Information - Steps - Costs

Guide to buying a property in the Principality of Monaco

Buying a property in the Principality of Monaco by foreigners

All foreigners can buy a property in the Principality of Monaco, even if they do not reside there.

They only need a bank account and a valid identity card, no further restrictions.

The profession of real estate agent in the Principality of Monaco

In the Principality of Monaco the profession of real estate agent is regulated by law.

Real estate agencies wishing to operate in this sector must obtain a licence from the Monegasque government.

In order to open a new agency, one must have Monegasque nationality.

A foreign estate agent cannot open a new agency, but he can take over the activities of an existing one.

There is a register for real estate agents in the Principality of Monaco, but in order to exercise the profession there is no obligation to be registered in it.

Preliminary contract

The preliminary purchase agreement includes all the information necessary to draw up the notarial deed, such as the details of the parties, the cadastral data of the property, the selling price, the conditions of sale, the transfer, the taking possession of the property and the indication of the Monegasque notary chosen to draw up the deed of sale.

The offer is accompanied by a deposit of 10% of the price of the property.

The offer is legally valid and, once it has been accepted and with the payment of the deposit made, it constitutes an obligation valid for both parties.

Should the buyer withdraw from the sale, the deposit will remain with the seller.

If the seller no longer wishes to sell, the deposit paid will be returned to the buyer and the seller will be obliged by the notary to pay the same amount to the buyer as a penalty.

In some cases, the preliminary contract can also be concluded directly by the notary, who adopts all the conditions of the offer as detailed as possible.

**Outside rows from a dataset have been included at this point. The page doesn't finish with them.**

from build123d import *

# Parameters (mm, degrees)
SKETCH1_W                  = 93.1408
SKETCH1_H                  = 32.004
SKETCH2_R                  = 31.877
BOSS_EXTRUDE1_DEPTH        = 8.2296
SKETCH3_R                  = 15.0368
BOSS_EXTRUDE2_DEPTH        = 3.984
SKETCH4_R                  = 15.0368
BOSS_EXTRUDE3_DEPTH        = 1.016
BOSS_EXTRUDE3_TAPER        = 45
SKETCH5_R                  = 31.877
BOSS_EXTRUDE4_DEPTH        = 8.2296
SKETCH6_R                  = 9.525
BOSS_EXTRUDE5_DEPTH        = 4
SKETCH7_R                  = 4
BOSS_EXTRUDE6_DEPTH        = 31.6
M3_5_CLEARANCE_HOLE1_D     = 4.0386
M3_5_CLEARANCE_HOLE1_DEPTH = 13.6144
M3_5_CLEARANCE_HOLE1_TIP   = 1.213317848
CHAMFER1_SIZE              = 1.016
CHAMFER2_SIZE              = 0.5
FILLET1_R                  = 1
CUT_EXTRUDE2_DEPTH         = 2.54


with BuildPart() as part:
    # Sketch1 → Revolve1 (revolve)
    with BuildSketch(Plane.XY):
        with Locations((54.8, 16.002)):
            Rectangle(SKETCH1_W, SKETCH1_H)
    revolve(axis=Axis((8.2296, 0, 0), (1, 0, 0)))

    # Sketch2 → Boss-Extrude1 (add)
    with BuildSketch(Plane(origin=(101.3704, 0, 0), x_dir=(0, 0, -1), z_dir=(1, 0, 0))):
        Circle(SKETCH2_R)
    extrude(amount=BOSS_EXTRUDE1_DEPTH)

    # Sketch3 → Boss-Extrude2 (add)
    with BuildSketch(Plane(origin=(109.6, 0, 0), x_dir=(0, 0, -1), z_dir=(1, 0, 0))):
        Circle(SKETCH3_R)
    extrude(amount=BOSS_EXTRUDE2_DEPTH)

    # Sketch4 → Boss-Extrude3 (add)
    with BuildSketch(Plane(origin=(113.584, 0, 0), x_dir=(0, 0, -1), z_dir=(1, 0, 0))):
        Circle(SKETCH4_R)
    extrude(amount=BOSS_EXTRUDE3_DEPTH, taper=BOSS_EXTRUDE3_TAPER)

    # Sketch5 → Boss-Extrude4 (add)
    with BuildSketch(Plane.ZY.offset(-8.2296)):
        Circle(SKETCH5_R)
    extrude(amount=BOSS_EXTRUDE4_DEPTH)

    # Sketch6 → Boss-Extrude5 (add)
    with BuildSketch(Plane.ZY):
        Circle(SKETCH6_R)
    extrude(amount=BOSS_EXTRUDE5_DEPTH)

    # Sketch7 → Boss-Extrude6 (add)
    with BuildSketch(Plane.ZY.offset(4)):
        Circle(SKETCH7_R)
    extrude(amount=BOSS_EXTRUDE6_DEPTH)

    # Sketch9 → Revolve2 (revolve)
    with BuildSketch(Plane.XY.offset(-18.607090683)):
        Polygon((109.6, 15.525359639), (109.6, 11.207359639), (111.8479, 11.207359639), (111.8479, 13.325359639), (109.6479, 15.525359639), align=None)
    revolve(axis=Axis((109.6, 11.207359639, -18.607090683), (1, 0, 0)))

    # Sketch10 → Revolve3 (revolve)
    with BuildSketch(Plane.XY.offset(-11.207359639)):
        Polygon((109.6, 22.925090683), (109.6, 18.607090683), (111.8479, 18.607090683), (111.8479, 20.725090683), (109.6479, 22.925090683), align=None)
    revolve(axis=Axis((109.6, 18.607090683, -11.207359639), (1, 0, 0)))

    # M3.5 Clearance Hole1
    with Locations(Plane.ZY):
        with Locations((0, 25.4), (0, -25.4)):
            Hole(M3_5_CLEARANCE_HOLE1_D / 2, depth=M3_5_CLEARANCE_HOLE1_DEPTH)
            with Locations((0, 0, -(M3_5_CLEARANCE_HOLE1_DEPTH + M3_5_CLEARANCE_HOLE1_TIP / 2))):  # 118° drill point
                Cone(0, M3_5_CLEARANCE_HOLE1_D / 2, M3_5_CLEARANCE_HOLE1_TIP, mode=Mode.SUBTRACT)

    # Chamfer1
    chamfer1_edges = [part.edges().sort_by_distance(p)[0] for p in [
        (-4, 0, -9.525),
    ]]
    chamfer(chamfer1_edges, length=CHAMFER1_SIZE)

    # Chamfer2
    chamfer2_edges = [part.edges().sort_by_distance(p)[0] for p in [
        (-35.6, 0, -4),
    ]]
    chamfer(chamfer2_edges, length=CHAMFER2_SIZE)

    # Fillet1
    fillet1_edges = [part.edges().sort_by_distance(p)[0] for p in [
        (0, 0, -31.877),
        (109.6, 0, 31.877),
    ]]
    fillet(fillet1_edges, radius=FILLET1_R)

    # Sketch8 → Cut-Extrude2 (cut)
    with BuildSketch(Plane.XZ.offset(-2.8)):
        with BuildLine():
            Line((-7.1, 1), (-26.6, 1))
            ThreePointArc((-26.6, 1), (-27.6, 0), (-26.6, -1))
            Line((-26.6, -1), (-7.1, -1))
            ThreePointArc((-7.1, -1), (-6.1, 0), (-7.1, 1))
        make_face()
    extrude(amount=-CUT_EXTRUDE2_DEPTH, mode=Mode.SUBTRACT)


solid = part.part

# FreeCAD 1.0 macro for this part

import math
import FreeCAD as App
import Part
import Sketcher
Q = App.Units.Quantity


def edges_at(feature, points):
    """Names of the edges that pass closest to the given points."""
    edges = feature.Shape.Edges
    near = lambda p: min(range(len(edges)), key=lambda i: edges[i].distToShape(Part.Vertex(*p))[0])
    return sorted({f"Edge{near(p) + 1}" for p in points})

doc = App.newDocument("Part")
body = doc.addObject("PartDesign::Body", "Body")

# Sketch on XY plane
sketch1 = body.newObject("Sketcher::SketchObject", "Sketch")
sketch1.AttachmentSupport = (doc.getObject("XY_Plane"), [""])
sketch1.MapMode = "FlatFace"
sketch1.addGeometry([
    Part.LineSegment(App.Vector(8.2296, 32.004, 0), App.Vector(8.2296, 0, 0)),
    Part.LineSegment(App.Vector(8.2296, 0, 0), App.Vector(101.3704, 0, 0)),
    Part.LineSegment(App.Vector(101.3704, 0, 0), App.Vector(101.3704, 32.004, 0)),
    Part.LineSegment(App.Vector(101.3704, 32.004, 0), App.Vector(8.2296, 32.004, 0)),
], False)
sketch1.addConstraint([
    Sketcher.Constraint("Coincident", 0, 2, 1, 1),
    Sketcher.Constraint("Coincident", 1, 2, 2, 1),
    Sketcher.Constraint("Coincident", 2, 2, 3, 1),
    Sketcher.Constraint("Coincident", 3, 2, 0, 1),
    Sketcher.Constraint("Vertical", 0),
    Sketcher.Constraint("Horizontal", 1),
    Sketcher.Constraint("Vertical", 2),
    Sketcher.Constraint("Horizontal", 3),
    Sketcher.Constraint("PointOnObject", 0, 2, -1),
    Sketcher.Constraint("DistanceY", 0, 2, 0, 1, Q("1.26 in")),
    Sketcher.Constraint("DistanceX", -1, 1, 0, 2, Q("0.324 in")),
    Sketcher.Constraint("DistanceX", 1, 1, 1, 2, Q("93.1408 mm")),
])
revolution = body.newObject("PartDesign::Revolution", "Revolution")
revolution.Profile = sketch1
revolution.ReferenceAxis = (sketch1, ["H_Axis"])
revolution.Angle = 360

# Sketch on YZ plane
sketch2 = body.newObject("Sketcher::SketchObject", "Sketch001")
sketch2.AttachmentSupport = (doc.getObject("YZ_Plane"), [""])
sketch2.MapMode = "FlatFace"
sketch2.AttachmentOffset = App.Placement(App.Vector(0, 0, 101.3704), App.Rotation())
sketch2.addGeometry(Part.Circle(App.Vector(0, 0, 0), App.Vector(0, 0, 1), 31.877), False)
sketch2.addConstraint([
    Sketcher.Constraint("Coincident", 0, 3, -1, 1),
    Sketcher.Constraint("Diameter", 0, Q("2.51 in")),
])
pad1 = body.newObject("PartDesign::Pad", "Pad")
pad1.Profile = sketch2
pad1.Length = Q("0.324 in")

# Sketch on YZ plane
sketch3 = body.newObject("Sketcher::SketchObject", "Sketch002")
sketch3.AttachmentSupport = (doc.getObject("YZ_Plane"), [""])
sketch3.MapMode = "FlatFace"
sketch3.AttachmentOffset = App.Placement(App.Vector(0, 0, 109.6), App.Rotation())
sketch3.addGeometry(Part.Circle(App.Vector(0, 0, 0), App.Vector(0, 0, 1), 15.0368), False)
sketch3.addConstraint([
    Sketcher.Constraint("Coincident", 0, 3, -1, 1),
    Sketcher.Constraint("Diameter", 0, Q("1.184 in")),
])
pad2 = body.newObject("PartDesign::Pad", "Pad001")
pad2.Profile = sketch3
pad2.Length = 3.984

# Sketch on YZ plane
sketch4 = body.newObject("Sketcher::SketchObject", "Sketch003")
sketch4.AttachmentSupport = (doc.getObject("YZ_Plane"), [""])
sketch4.MapMode = "FlatFace"
sketch4.AttachmentOffset = App.Placement(App.Vector(0, 0, 113.584), App.Rotation())
sketch4.addGeometry(Part.Circle(App.Vector(0, 0, 0), App.Vector(0, 0, 1), 15.0368), False)
sketch4.addConstraint([
    Sketcher.Constraint("Coincident", 0, 3, -1, 1),
    Sketcher.Constraint("Diameter", 0, Q("1.184 in")),
])
pad3 = body.newObject("PartDesign::Pad", "Pad002")
pad3.Profile = sketch4
pad3.Length = Q("0.04 in")
pad3.TaperAngle = -45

Usually a notary is consulted immediately if the conditions of sale are special.

Sales contract

The purchase contract or deed of sale is a deed signed by a notary public.

Before the final signature, the notary verifies the seller’s title to the property, the regularity of the property in relation to the applicable laws, all mortgages encumbering the property, the outstanding payments to the property management or to the tax authorities.

Any debts will be settled by the Notary by deducting them from the amount of the payment due to the Seller.

The notary also checks the rights and obligations arising from existing leases, the insurance policy, the rules of the community of owners, the minutes of the last owners’ meetings, the amounts of the approved works and any ongoing legal proceedings.

The balance of the price will be transferred to the notary’s account, who will credit it to the vendor once all the checks have been carried out and any corrections made.

The notary updates the land register, which allows anyone to identify the owner of the property.

Costs of the real estate purchase/sale

There are basically two types of costs when buying and selling real estate: the brokerage commission and the notary fees.

The costs associated with the brokerage commission are borne by both the seller and the buyer.

For both the buyer and the seller parties, the cost of the commission is 3% of the final cost of the property plus VAT, i.e. 3,6%.

The cost of the notary is 6% and covers both the notary’s fees and the registration costs.

For a new property purchased directly from the developer, the notary and registration costs are 2,5%.

Annual costs

There are no real estate taxes in the Principality of Monaco.

The only expenses that will be incurred during the year are the condominium expenses.

Special cases

The Monegasque state has a right of first refusal for flats in buildings built before 1 September 1947.

After the official offer of the buyer, where the deposit has been paid, the notary sends a communication to the state, which in turn has one month to reply and indicate whether or not it will exercise its right.

If he decides to make use of this right, the state steps in under the same conditions as agreed during the negotiations and must pay the buyer’s commission + VAT to the agency.

Nothing changes for the seller.

Flats in buildings constructed before 1 September 1947 may be subject to two different laws:

 

Law 1291/1235

This law represents a very strict restriction which considerably reduces the freedom of the owner. Flats that fall under this law can only be rented in certain cases:

  • by Monegasque citizens;
  • by persons who have resided in the Principality of Monaco for at least 40 years without interruption;
  • by persons who are descended from Monegasque parents, widows/widowers of Monegasque citizens, former spouses of Monegasque citizens…

The rents are calculated by the state and the duration of the imposed contract is 6 years.

In spite of these restrictions, it is possible to buy a flat covered by this law for your own use, even if you are not Monegasque or resident in the Principality.

 

Law 887

Flats covered by this law can only be rented in special cases:

  • by Monegasque citizens;
  • by persons who have resided in the Principality of Monaco for at least 5 years, or
    by persons who have worked in the Principality of Monaco for at least 5 years;
  • by relatives of the owner of the property.

This law is less binding than the previous one, so the rents are not set by the state but are determined by the owner, but even in this case the contract period is 6 years.

You can buy a dwelling subject to this law in order to live there, even if you are not Monegasque, not resident or working in the Principality.